Mr. DePape’s lawyers, who will begin presenting their case on Tuesday, have said that they will not contest the evidence against him, much of which has already been released to the public during the legal process. The attack was captured on police body cameras, and Mr. DePape, 43, has admitted to the crimes in an interview with the police and a jailhouse phone call to a local reporter.
Mr. DePape is charged with two crimes: assault on an immediate family member of a federal official, and attempted kidnapping of a federal official. He faces a possible sentence of life in prison if convicted.
His lawyers have laid out a defense strategy based on narrow legal grounds. In her opening statement on Thursday, Jodi Linker, a federal public defender, argued that federal charges should not apply because of Mr. DePape’s motivation for carrying out the attack. She said he was not acting on account of Ms. Pelosi’s official duties as a member of Congress, but rather targeting a larger conspiracy in which he planned to use Ms. Pelosi to lure other liberal figures he believed were responsible for pedophilia, corruption and destroying freedom in America.
Mr. DePape told the police after his arrest that he had a list of other targets, including the actor Tom Hanks; the billionaire George Soros; Gavin Newsom, the Democratic governor of California; and Adam Schiff, the Democratic congressman from California who gained prominence for his principal role in the first impeachment proceedings against former President Donald J. Trump.

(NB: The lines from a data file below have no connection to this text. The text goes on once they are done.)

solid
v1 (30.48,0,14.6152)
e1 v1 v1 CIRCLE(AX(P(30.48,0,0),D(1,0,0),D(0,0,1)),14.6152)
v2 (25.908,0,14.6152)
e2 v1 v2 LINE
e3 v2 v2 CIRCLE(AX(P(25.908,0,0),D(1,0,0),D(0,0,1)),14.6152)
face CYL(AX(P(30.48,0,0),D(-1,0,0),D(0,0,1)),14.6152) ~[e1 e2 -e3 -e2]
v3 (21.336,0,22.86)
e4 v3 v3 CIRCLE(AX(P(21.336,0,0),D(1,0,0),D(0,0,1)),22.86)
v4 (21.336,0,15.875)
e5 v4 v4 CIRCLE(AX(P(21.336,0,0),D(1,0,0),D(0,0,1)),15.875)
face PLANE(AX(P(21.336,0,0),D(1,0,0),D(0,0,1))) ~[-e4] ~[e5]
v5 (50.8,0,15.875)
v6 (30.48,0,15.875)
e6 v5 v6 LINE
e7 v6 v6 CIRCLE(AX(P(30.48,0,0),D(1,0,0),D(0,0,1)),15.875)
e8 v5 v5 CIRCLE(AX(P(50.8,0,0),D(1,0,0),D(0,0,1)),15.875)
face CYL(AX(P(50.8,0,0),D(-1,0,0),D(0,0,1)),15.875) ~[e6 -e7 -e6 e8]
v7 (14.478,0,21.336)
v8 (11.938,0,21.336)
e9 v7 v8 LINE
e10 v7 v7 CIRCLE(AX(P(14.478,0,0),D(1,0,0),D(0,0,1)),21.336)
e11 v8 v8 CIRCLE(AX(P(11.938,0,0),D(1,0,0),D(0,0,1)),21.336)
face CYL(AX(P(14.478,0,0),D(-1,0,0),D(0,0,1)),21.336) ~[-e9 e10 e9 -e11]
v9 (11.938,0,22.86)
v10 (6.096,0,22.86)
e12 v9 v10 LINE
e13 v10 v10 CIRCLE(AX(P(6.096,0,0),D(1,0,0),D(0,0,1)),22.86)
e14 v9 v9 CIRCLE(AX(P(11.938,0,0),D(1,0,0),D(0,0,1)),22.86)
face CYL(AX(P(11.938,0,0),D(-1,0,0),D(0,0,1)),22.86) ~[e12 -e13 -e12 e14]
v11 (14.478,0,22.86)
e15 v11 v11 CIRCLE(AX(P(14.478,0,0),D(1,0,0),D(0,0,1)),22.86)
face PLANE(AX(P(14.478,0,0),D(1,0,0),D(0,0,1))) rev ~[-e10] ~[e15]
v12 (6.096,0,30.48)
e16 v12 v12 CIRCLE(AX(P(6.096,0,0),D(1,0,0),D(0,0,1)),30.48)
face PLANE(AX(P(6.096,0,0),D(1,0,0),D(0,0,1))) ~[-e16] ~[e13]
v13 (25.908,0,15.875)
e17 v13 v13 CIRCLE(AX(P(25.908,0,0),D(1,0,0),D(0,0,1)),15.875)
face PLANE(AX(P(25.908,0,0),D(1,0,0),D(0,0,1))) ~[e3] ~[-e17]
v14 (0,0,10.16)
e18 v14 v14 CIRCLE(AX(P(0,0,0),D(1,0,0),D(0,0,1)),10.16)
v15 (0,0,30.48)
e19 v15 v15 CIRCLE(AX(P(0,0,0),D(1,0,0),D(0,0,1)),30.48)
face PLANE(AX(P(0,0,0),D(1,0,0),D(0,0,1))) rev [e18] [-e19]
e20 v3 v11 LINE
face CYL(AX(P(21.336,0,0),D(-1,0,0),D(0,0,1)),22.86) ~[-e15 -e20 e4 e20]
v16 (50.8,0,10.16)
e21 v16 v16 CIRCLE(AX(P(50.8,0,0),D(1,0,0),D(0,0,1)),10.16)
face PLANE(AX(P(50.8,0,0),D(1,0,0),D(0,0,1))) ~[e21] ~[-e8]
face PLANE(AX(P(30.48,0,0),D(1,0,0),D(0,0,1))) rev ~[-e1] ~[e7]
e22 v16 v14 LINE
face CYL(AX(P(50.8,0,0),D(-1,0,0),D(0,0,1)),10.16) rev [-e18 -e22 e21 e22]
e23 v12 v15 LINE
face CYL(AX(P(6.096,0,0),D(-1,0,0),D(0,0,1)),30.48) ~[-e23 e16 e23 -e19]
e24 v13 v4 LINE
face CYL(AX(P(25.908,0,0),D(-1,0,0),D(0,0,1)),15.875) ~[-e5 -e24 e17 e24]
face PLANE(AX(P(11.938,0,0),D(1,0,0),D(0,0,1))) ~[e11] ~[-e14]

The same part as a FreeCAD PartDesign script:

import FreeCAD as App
import Part
import Sketcher
Q = App.Units.Quantity

doc = App.newDocument("Part")
body = doc.addObject("PartDesign::Body", "Body")

# Sketch on XZ plane
sketch1 = body.newObject("Sketcher::SketchObject", "Sketch")
sketch1.AttachmentSupport = (doc.getObject("XZ_Plane"), [""])
sketch1.MapMode = "FlatFace"
sketch1.addGeometry([
    Part.LineSegment(App.Vector(50.8, 10.16, 0), App.Vector(0, 10.16, 0)),  # 0
    Part.LineSegment(App.Vector(0, 10.16, 0), App.Vector(0, 30.48, 0)),  # 1
    Part.LineSegment(App.Vector(0, 30.48, 0), App.Vector(6.096, 30.48, 0)),  # 2
    Part.LineSegment(App.Vector(6.096, 30.48, 0), App.Vector(6.096, 22.86, 0)),  # 3
    Part.LineSegment(App.Vector(6.096, 22.86, 0), App.Vector(11.938, 22.86, 0)),  # 4
    Part.LineSegment(App.Vector(11.938, 22.86, 0), App.Vector(11.938, 21.336, 0)),  # 5
    Part.LineSegment(App.Vector(11.938, 21.336, 0), App.Vector(14.478, 21.336, 0)),  # 6
    Part.LineSegment(App.Vector(14.478, 21.336, 0), App.Vector(14.478, 22.86, 0)),  # 7
    Part.LineSegment(App.Vector(14.478, 22.86, 0), App.Vector(21.336, 22.86, 0)),  # 8
    Part.LineSegment(App.Vector(21.336, 22.86, 0), App.Vector(21.336, 15.875, 0)),  # 9
    Part.LineSegment(App.Vector(21.336, 15.875, 0), App.Vector(25.908, 15.875, 0)),  # 10
    Part.LineSegment(App.Vector(25.908, 15.875, 0), App.Vector(25.908, 14.6152, 0)),  # 11
    Part.LineSegment(App.Vector(25.908, 14.6152, 0), App.Vector(30.48, 14.6152, 0)),  # 12
    Part.LineSegment(App.Vector(30.48, 14.6152, 0), App.Vector(30.48, 15.875, 0)),  # 13
    Part.LineSegment(App.Vector(30.48, 15.875, 0), App.Vector(50.8, 15.875, 0)),  # 14
    Part.LineSegment(App.Vector(50.8, 15.875, 0), App.Vector(50.8, 10.16, 0)),  # 15
], False)
sketch1.addConstraint([
    Sketcher.Constraint("Coincident", 0, 2, 1, 1),
    Sketcher.Constraint("Coincident", 1, 2, 2, 1),
    Sketcher.Constraint("Coincident", 2, 2, 3, 1),
    Sketcher.Constraint("Coincident", 3, 2, 4, 1),
    Sketcher.Constraint("Coincident", 4, 2, 5, 1),
    Sketcher.Constraint("Coincident", 5, 2, 6, 1),
    Sketcher.Constraint("Coincident", 6, 2, 7, 1),
    Sketcher.Constraint("Coincident", 7, 2, 8, 1),
    Sketcher.Constraint("Coincident", 8, 2, 9, 1),
    Sketcher.Constraint("Coincident", 9, 2, 10, 1),
    Sketcher.Constraint("Coincident", 10, 2, 11, 1),
    Sketcher.Constraint("Coincident", 11, 2, 12, 1),
    Sketcher.Constraint("Coincident", 12, 2, 13, 1),
    Sketcher.Constraint("Coincident", 13, 2, 14, 1),
    Sketcher.Constraint("Coincident", 14, 2, 15, 1),
    Sketcher.Constraint("Coincident", 15, 2, 0, 1),
    Sketcher.Constraint("Horizontal", 0),
    Sketcher.Constraint("Vertical", 1),
    Sketcher.Constraint("Horizontal", 2),
    Sketcher.Constraint("Vertical", 3),
    Sketcher.Constraint("Horizontal", 4),
    Sketcher.Constraint("Vertical", 5),
    Sketcher.Constraint("Horizontal", 6),
    Sketcher.Constraint("Vertical", 7),
    Sketcher.Constraint("Horizontal", 8),
    Sketcher.Constraint("Vertical", 9),
    Sketcher.Constraint("Horizontal", 10),
    Sketcher.Constraint("Vertical", 11),
    Sketcher.Constraint("Horizontal", 12),
    Sketcher.Constraint("Vertical", 13),
    Sketcher.Constraint("Horizontal", 14),
    Sketcher.Constraint("Vertical", 15),
    Sketcher.Constraint("PointOnObject", 0, 2, -2),
    Sketcher.Constraint("Horizontal", 4, 2, 7, 2),
    Sketcher.Constraint("Horizontal", 10, 2, 13, 2),
    Sketcher.Constraint("Equal", 10, 12),
    Sketcher.Constraint("Equal", 14, 1),
    Sketcher.Constraint("DistanceX", 0, 2, 0, 1, Q("2 in")),
    Sketcher.Constraint("DistanceX", 6, 1, 6, 2, Q("0.1 in")),
    Sketcher.Constraint("DistanceX", 14, 1, 14, 2, Q("0.8 in")),
    Sketcher.Constraint("DistanceY", 5, 2, 5, 1, Q("0.06 in")),
    Sketcher.Constraint("DistanceY", -1, 1, 0, 2, Q("0.4 in")),
    Sketcher.Constraint("DistanceY", -1, 1, 3, 2, Q("0.9 in")),
    Sketcher.Constraint("DistanceX", 9, 2, 14, 2, Q("1.16 in")),
    Sketcher.Constraint("DistanceY", -1, 1, 9, 2, Q("0.625 in")),
    Sketcher.Constraint("DistanceX", 2, 1, 2, 2, Q("0.24 in")),
    Sketcher.Constraint("DistanceX", 4, 1, 4, 2, Q("0.23 in")),
    Sketcher.Constraint("DistanceY", -1, 1, 11, 2, Q("0.5754 in")),
])
revolution = body.newObject("PartDesign::Revolution", "Revolution")
revolution.Profile = sketch1
revolution.ReferenceAxis = (sketch1, ["H_Axis"])
revolution.Angle = 360

doc.recompute()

Shortly after the attack last year, Ms. Pelosi announced she was stepping down from Democratic leadership in the House. Later, she said she would run for re-election next year.

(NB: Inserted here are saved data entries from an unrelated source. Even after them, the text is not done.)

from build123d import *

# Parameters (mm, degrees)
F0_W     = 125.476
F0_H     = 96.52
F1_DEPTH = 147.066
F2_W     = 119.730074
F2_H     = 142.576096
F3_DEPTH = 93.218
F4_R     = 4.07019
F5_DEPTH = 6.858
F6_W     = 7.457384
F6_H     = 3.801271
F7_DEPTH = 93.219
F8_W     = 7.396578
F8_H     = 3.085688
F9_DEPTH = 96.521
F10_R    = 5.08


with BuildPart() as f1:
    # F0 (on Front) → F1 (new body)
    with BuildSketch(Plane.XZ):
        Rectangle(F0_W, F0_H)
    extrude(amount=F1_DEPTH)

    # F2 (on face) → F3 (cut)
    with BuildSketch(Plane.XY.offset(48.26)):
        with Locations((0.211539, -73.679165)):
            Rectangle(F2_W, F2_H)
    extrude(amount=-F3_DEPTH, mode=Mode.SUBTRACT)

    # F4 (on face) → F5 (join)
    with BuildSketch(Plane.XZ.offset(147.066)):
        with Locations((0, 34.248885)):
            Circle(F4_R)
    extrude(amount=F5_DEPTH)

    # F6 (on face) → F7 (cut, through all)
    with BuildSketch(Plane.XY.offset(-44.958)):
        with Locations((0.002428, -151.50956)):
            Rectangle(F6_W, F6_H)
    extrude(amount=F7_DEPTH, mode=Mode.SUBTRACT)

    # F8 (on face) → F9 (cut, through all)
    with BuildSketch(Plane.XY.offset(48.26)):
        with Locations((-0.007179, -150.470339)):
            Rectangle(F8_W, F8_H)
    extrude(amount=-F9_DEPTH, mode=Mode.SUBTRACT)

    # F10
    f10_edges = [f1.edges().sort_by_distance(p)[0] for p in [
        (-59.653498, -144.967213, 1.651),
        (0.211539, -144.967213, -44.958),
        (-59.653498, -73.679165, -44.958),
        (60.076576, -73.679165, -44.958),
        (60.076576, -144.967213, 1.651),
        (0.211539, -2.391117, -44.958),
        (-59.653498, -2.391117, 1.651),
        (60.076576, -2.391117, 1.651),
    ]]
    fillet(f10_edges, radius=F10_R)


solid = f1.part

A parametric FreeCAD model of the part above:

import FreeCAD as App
import Part
import Sketcher

V = App.Vector
Q = App.Units.Quantity


def edges_at(feature, points):
    """Names of the edges that pass closest to the given points."""
    edges = feature.Shape.Edges
    near = lambda p: min(range(len(edges)), key=lambda i: edges[i].distToShape(Part.Vertex(*p))[0])
    return sorted({f"Edge{near(p) + 1}" for p in points})

doc = App.newDocument("Part")
body = doc.addObject("PartDesign::Body", "Body")

sketch1 = doc.addObject("Sketcher::SketchObject", "Sketch")
body.addObject(sketch1)
sketch1.AttachmentSupport = (doc.XZ_Plane, [""])
sketch1.MapMode = "FlatFace"
sketch1.addGeometry(Part.LineSegment(V(-63, 48, 0), V(-63, -48, 0)), False)
sketch1.addGeometry(Part.LineSegment(V(-63, -48, 0), V(63, -48, 0)), False)
sketch1.addGeometry(Part.LineSegment(V(63, -48, 0), V(63, 48, 0)), False)
sketch1.addGeometry(Part.LineSegment(V(63, 48, 0), V(-63, 48, 0)), False)
sketch1.addConstraint(Sketcher.Constraint("Coincident", 0, 2, 1, 1))
sketch1.addConstraint(Sketcher.Constraint("Coincident", 1, 2, 2, 1))
sketch1.addConstraint(Sketcher.Constraint("Coincident", 2, 2, 3, 1))
sketch1.addConstraint(Sketcher.Constraint("Coincident", 3, 2, 0, 1))
sketch1.addConstraint(Sketcher.Constraint("Vertical", 0))
sketch1.addConstraint(Sketcher.Constraint("Horizontal", 1))
sketch1.addConstraint(Sketcher.Constraint("Vertical", 2))
sketch1.addConstraint(Sketcher.Constraint("Horizontal", 3))
sketch1.addConstraint(Sketcher.Constraint("Symmetric", 0, 2, 2, 2, -1, 1))
sketch1.addConstraint(Sketcher.Constraint("DistanceY", 0, 2, 0, 1, Q("3.8 in")))
sketch1.addConstraint(Sketcher.Constraint("DistanceX", 1, 1, 1, 2, Q("4.94 in")))
pad1 = doc.addObject("PartDesign::Pad", "Pad")
body.addObject(pad1)
pad1.Profile = sketch1
pad1.Length = Q("5.79 in")

sketch2 = doc.addObject("Sketcher::SketchObject", "Sketch001")
body.addObject(sketch2)
sketch2.AttachmentSupport = (doc.XY_Plane, [""])
sketch2.MapMode = "FlatFace"
sketch2.AttachmentOffset = App.Placement(V(0, 0, 1.9 * 25.4), App.Rotation())
sketch2.addGeometry(Part.LineSegment(V(-60, -2, 0), V(-60, -145, 0)), False)
sketch2.addGeometry(Part.LineSegment(V(-60, -145, 0), V(60, -145, 0)), False)
sketch2.addGeometry(Part.LineSegment(V(60, -145, 0), V(60, -2, 0)), False)
sketch2.addGeometry(Part.LineSegment(V(60, -2, 0), V(-60, -2, 0)), False)
sketch2.addConstraint(Sketcher.Constraint("Coincident", 0, 2, 1, 1))
sketch2.addConstraint(Sketcher.Constraint("Coincident", 1, 2, 2, 1))
sketch2.addConstraint(Sketcher.Constraint("Coincident", 2, 2, 3, 1))
sketch2.addConstraint(Sketcher.Constraint("Coincident", 3, 2, 0, 1))
sketch2.addConstraint(Sketcher.Constraint("Vertical", 0))
sketch2.addConstraint(Sketcher.Constraint("Horizontal", 1))
sketch2.addConstraint(Sketcher.Constraint("Vertical", 2))
sketch2.addConstraint(Sketcher.Constraint("Horizontal", 3))
sketch2.addConstraint(Sketcher.Constraint("DistanceX", 1, 1, 1, 2, Q("119.730074 mm")))
sketch2.addConstraint(Sketcher.Constraint("DistanceY", 0, 2, 0, 1, Q("142.576096 mm")))
sketch2.addConstraint(Sketcher.Constraint("DistanceX", 0, 2, -1, 1, Q("59.653498 mm")))
sketch2.addConstraint(Sketcher.Constraint("DistanceY", 0, 2, -1, 1, Q("144.967213 mm")))
pocket1 = doc.addObject("PartDesign::Pocket", "Pocket")
body.addObject(pocket1)
pocket1.Profile = sketch2
pocket1.Length = Q("3.67 in")

sketch3 = doc.addObject("Sketcher::SketchObject", "Sketch002")
body.addObject(sketch3)
sketch3.AttachmentSupport = (doc.XZ_Plane, [""])
sketch3.MapMode = "FlatFace"
sketch3.AttachmentOffset = App.Placement(V(0, 0, 5.79 * 25.4), App.Rotation())
sketch3.addGeometry(Part.Circle(V(0, 34.2, 0), V(0, 0, 1), 4.1), False)
sketch3.addConstraint(Sketcher.Constraint("PointOnObject", 0, 3, -2))
sketch3.addConstraint(Sketcher.Constraint("Diameter", 0, Q("8.14038 mm")))
sketch3.addConstraint(Sketcher.Constraint("DistanceY", -1, 1, 0, 3, Q("34.248885 mm")))
pad2 = doc.addObject("PartDesign::Pad", "Pad001")
body.addObject(pad2)
pad2.Profile = sketch3
pad2.Length = Q("0.27 in")

sketch4 = doc.addObject("Sketcher::SketchObject", "Sketch003")
body.addObject(sketch4)
sketch4.AttachmentSupport = (doc.XY_Plane, [""])
sketch4.MapMode = "FlatFace"
sketch4.AttachmentOffset = App.Placement(V(0, 0, -1.77 * 25.4), App.Rotation())
sketch4.addGeometry(Part.LineSegment(V(-3.7, -149.6, 0), V(-3.7, -153.4, 0)), False)
sketch4.addGeometry(Part.LineSegment(V(-3.7, -153.4, 0), V(3.7, -153.4, 0)), False)
sketch4.addGeometry(Part.LineSegment(V(3.7, -153.4, 0), V(3.7, -149.6, 0)), False)
sketch4.addGeometry(Part.LineSegment(V(3.7, -149.6, 0), V(-3.7, -149.6, 0)), False)
sketch4.addConstraint(Sketcher.Constraint("Coincident", 0, 2, 1, 1))
sketch4.addConstraint(Sketcher.Constraint("Coincident", 1, 2, 2, 1))
sketch4.addConstraint(Sketcher.Constraint("Coincident", 2, 2, 3, 1))
sketch4.addConstraint(Sketcher.Constraint("Coincident", 3, 2, 0, 1))
sketch4.addConstraint(Sketcher.Constraint("Vertical", 0))
sketch4.addConstraint(Sketcher.Constraint("Horizontal", 1))
sketch4.addConstraint(Sketcher.Constraint("Vertical", 2))
sketch4.addConstraint(Sketcher.Constraint("Horizontal", 3))
sketch4.addConstraint(Sketcher.Constraint("DistanceY", 0, 2, 0, 1, Q("3.801271 mm")))
sketch4.addConstraint(Sketcher.Constraint("DistanceX", 1, 1, 1, 2, Q("7.457384 mm")))
sketch4.addConstraint(Sketcher.Constraint("DistanceX", -1, 1, 1, 2, Q("3.73112 mm")))
sketch4.addConstraint(Sketcher.Constraint("DistanceY", 0, 2, -1, 1, Q("153.410195 mm")))
pocket2 = doc.addObject("PartDesign::Pocket", "Pocket001")
body.addObject(pocket2)
pocket2.Profile = sketch4
pocket2.Type = "ThroughAll"
pocket2.Reversed = True

sketch5 = doc.addObject("Sketcher::SketchObject", "Sketch004")
body.addObject(sketch5)
sketch5.AttachmentSupport = (doc.XY_Plane, [""])
sketch5.MapMode = "FlatFace"
sketch5.AttachmentOffset = App.Placement(V(0, 0, 1.9 * 25.4), App.Rotation())
sketch5.addGeometry(Part.LineSegment(V(-3.7, -148.9, 0), V(-3.7, -152, 0)), False)
sketch5.addGeometry(Part.LineSegment(V(-3.7, -152, 0), V(3.7, -152, 0)), False)
sketch5.addGeometry(Part.LineSegment(V(3.7, -152, 0), V(3.7, -148.9, 0)), False)
sketch5.addGeometry(Part.LineSegment(V(3.7, -148.9, 0), V(-3.7, -148.9, 0)), False)
sketch5.addConstraint(Sketcher.Constraint("Coincident", 0, 2, 1, 1))
sketch5.addConstraint(Sketcher.Constraint("Coincident", 1, 2, 2, 1))
sketch5.addConstraint(Sketcher.Constraint("Coincident", 2, 2, 3, 1))
sketch5.addConstraint(Sketcher.Constraint("Coincident", 3, 2, 0, 1))
sketch5.addConstraint(Sketcher.Constraint("Vertical", 0))
sketch5.addConstraint(Sketcher.Constraint("Horizontal", 1))
sketch5.addConstraint(Sketcher.Constraint("Vertical", 2))
sketch5.addConstraint(Sketcher.Constraint("Horizontal", 3))
sketch5.addConstraint(Sketcher.Constraint("DistanceY", 0, 2, 0, 1, Q("3.085688 mm")))
sketch5.addConstraint(Sketcher.Constraint("DistanceX", 1, 1, 1, 2, Q("7.396578 mm")))
sketch5.addConstraint(Sketcher.Constraint("DistanceX", 0, 2, -1, 1, Q("3.705468 mm")))
sketch5.addConstraint(Sketcher.Constraint("DistanceY", 0, 2, -1, 1, Q("152.013183 mm")))
pocket3 = doc.addObject("PartDesign::Pocket", "Pocket002")
body.addObject(pocket3)
pocket3.Profile = sketch5
pocket3.Type = "ThroughAll"
doc.recompute()

fillet = doc.addObject("PartDesign::Fillet", "Fillet")
body.addObject(fillet)
fillet.Base = (pocket3, edges_at(pocket3, [
    (-59.653, -144.967, 1.651),
    (0.212, -144.967, -44.958),
    (-59.653, -73.679, -44.958),
    (60.077, -73.679, -44.958),
    (60.077, -144.967, 1.651),
    (0.212, -2.391, -44.958),
    (-59.653, -2.391, 1.651),
    (60.077, -2.391, 1.651),
]))
fillet.Radius = Q("0.2 in")

doc.recompute()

Mr. DePape also faces multiple felonies in state court, including attempted murder, assault with a deadly weapon and elder abuse. The next hearing in that case is scheduled for Nov. 29, when a judge is expected to set a trial date.

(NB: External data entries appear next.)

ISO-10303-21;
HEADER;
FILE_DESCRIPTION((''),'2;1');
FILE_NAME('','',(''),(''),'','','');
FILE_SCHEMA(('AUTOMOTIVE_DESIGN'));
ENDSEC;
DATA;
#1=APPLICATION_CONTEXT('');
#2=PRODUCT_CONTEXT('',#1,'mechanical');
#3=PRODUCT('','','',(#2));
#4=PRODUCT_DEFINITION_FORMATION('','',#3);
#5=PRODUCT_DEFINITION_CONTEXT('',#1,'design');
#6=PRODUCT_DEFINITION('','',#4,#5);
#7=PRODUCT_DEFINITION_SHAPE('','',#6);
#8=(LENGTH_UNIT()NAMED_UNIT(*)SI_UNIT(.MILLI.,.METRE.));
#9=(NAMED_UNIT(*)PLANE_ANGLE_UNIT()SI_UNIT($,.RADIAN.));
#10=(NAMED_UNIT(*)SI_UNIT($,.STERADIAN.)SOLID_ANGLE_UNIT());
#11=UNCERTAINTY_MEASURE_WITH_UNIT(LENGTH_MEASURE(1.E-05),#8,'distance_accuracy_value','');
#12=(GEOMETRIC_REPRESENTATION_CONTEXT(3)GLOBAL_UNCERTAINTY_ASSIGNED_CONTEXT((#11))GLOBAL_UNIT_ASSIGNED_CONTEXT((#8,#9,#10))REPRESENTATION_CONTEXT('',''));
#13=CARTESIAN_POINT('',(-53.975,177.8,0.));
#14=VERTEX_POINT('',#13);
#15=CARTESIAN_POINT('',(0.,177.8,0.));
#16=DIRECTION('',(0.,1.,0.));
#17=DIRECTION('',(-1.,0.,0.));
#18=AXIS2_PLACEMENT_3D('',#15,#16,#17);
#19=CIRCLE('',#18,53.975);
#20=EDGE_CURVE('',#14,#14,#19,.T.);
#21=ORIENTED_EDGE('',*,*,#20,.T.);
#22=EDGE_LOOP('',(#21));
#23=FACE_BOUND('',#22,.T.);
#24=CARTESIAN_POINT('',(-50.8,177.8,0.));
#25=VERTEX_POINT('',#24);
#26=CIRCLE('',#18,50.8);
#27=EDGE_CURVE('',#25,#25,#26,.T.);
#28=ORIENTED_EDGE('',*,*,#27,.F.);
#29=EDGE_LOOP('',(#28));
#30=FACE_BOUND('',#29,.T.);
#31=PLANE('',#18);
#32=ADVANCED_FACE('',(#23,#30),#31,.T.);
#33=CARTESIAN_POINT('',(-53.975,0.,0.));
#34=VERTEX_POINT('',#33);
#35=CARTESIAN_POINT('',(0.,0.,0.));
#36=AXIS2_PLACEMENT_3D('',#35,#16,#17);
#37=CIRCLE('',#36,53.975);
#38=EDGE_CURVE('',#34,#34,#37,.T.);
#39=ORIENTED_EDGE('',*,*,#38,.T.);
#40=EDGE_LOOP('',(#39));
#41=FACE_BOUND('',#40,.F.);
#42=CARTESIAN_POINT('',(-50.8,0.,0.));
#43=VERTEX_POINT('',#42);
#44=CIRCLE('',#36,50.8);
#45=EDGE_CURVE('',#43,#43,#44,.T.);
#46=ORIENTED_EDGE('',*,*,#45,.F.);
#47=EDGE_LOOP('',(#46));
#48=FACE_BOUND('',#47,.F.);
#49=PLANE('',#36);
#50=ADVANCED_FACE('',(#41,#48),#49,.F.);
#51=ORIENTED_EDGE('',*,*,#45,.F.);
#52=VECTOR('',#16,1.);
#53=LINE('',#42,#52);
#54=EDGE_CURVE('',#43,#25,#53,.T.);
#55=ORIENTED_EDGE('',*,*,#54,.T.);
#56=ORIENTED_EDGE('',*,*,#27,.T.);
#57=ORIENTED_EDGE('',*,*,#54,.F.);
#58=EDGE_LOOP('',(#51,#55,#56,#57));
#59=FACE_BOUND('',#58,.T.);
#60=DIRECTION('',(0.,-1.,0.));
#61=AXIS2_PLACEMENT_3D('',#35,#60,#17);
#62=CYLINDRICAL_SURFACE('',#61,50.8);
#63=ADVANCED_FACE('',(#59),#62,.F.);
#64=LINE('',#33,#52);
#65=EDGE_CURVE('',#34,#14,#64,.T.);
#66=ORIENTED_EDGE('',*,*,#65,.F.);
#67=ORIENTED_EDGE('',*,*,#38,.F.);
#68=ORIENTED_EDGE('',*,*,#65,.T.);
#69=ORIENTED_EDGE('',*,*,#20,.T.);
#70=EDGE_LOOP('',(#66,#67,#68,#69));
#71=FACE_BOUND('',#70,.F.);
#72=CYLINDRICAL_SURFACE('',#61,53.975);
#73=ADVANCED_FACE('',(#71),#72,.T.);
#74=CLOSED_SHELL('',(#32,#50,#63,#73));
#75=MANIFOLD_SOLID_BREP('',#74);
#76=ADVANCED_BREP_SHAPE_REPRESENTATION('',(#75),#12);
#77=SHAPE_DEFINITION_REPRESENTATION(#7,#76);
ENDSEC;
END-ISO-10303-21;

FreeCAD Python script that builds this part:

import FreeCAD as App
import Part
import Sketcher
Q = App.Units.Quantity

doc = App.newDocument("Part")
body = doc.addObject("PartDesign::Body", "Body")

# Sketch on XZ plane
sketch1 = doc.addObject("Sketcher::SketchObject", "Sketch")
body.addObject(sketch1)
sketch1.AttachmentSupport = (doc.XZ_Plane, [""])
sketch1.MapMode = "FlatFace"
sketch1.addGeometry([
    Part.Circle(App.Vector(0, 0, 0), App.Vector(0, 0, 1), 54),
    Part.Circle(App.Vector(0, 0, 0), App.Vector(0, 0, 1), 51),
], False)
sketch1.addConstraint([
    Sketcher.Constraint("Coincident", 0, 3, -1, 1),
    Sketcher.Constraint("Coincident", 1, 3, -1, 1),
    Sketcher.Constraint("Diameter", 1, Q("4 in")),
    Sketcher.Constraint("Diameter", 0, Q("4.25 in")),
])
pad1 = doc.addObject("PartDesign::Pad", "Pad")
body.addObject(pad1)
pad1.Profile = sketch1
pad1.Length = Q("7 in")
pad1.Reversed = True

doc.recompute()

Before calling Mr. Pelosi as its last witness for the day, the government called several law enforcement officers to testify, including a supervisor from the Capitol Police who has long been a member of Ms. Pelosi’s security detail. An executive from Spokeo, a company that maintains a subscription database of information about individuals, also testified that Mr. DePape had searched for Ms. Pelosi’s San Francisco address in the days before the attack.
Mr. Pelosi said he was still undergoing physical therapy, and suffering pain from the attack. For the better part of the last year, he has worn hats and beanies everywhere he goes. His hair has only just come back, but he still has lumps on his head from the beating. “If I run my fingers, I can still feel them,” he said.
Doctors have told him to be careful with light and noise, and to avoid the news. If he must watch television, they have told him to stick to sports.
“I have just tried to put it out of mind,” he told the jury.